My father was a lost soul, broken and lonely. I hated to admit it, but he was similar to the person I was just a few weeks ago. I had retreated, blaming others for the isolation I insisted upon. It was my fear of what others thought that kept me in the shadows. Looking at my father’s life draining away, surrounded by the art that he substituted for relationships. He had built walls around his need to connect, forged of metal and lacking warmth. I then realized I didn’t want to be that person anymore.

Moving quickly, knowing what I needed to do, hoping I would be back before his last breath, I collected the bare minimum of what I needed: a canvas, a handful of brushes, and as many tubes of paint as I could carry. I slid the chair out of the way and set the canvas up against the end of his bed. I was lost, wondering, but what I found in this home that was never mine was not the bigotry but the freedom to be creative. I may never trust others, but I knew I could trust myself.

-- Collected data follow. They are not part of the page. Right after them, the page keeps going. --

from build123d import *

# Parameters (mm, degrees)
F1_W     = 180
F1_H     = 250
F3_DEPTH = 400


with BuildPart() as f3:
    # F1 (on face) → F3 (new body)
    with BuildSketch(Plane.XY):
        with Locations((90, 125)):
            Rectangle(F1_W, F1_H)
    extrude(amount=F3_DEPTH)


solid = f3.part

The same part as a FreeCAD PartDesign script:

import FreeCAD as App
import Part
import Sketcher


def add_polygon(sketch, points):
    """Adds a closed chain of lines whose ends are joined by coincident constraints."""
    first, n = sketch.GeometryCount, len(points)
    for a, b in zip(points, points[1:] + points[:1]):
        sketch.addGeometry(Part.LineSegment(App.Vector(*a, 0), App.Vector(*b, 0)), False)
    for i in range(n):
        sketch.addConstraint(Sketcher.Constraint("Coincident", first + i, 2, first + (i + 1) % n, 1))

doc = App.newDocument("Part")
body = doc.addObject("PartDesign::Body", "Body")

# Sketch on XY plane
sketch1 = body.newObject("Sketcher::SketchObject", "Sketch")
sketch1.AttachmentSupport = (doc.getObject("XY_Plane"), [""])
sketch1.MapMode = "FlatFace"
add_polygon(sketch1, [(0, 250), (0, 0), (180, 0), (180, 250)])  # lines 0-3
sketch1.addConstraint([
    Sketcher.Constraint("Vertical", 0),
    Sketcher.Constraint("Horizontal", 1),
    Sketcher.Constraint("Vertical", 2),
    Sketcher.Constraint("Horizontal", 3),
    Sketcher.Constraint("Coincident", 0, 2, -1, 1),
    Sketcher.Constraint("DistanceX", 1, 1, 1, 2, 180.0),
    Sketcher.Constraint("DistanceY", 0, 2, 0, 1, 250.0),
])
pad1 = body.newObject("PartDesign::Pad", "Pad")
pad1.Profile = sketch1
pad1.Length = 400

doc.recompute()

In long sweeping movements, I let the tears fall. I spread the paint across the canvas, deep hues of blue and gold. Soon the brushes weren’t enough, and I abandoned them, using my fingers, then my entire hand to spread the paint. And in doing so, in letting myself feel the pain, the betrayal, and the fear; a picture, clear in its intent and sacred, came into being. As I looked up at my father, my hands smeared with paint, I realized that his chest no longer moved, and I no longer needed his acceptance because I had my own.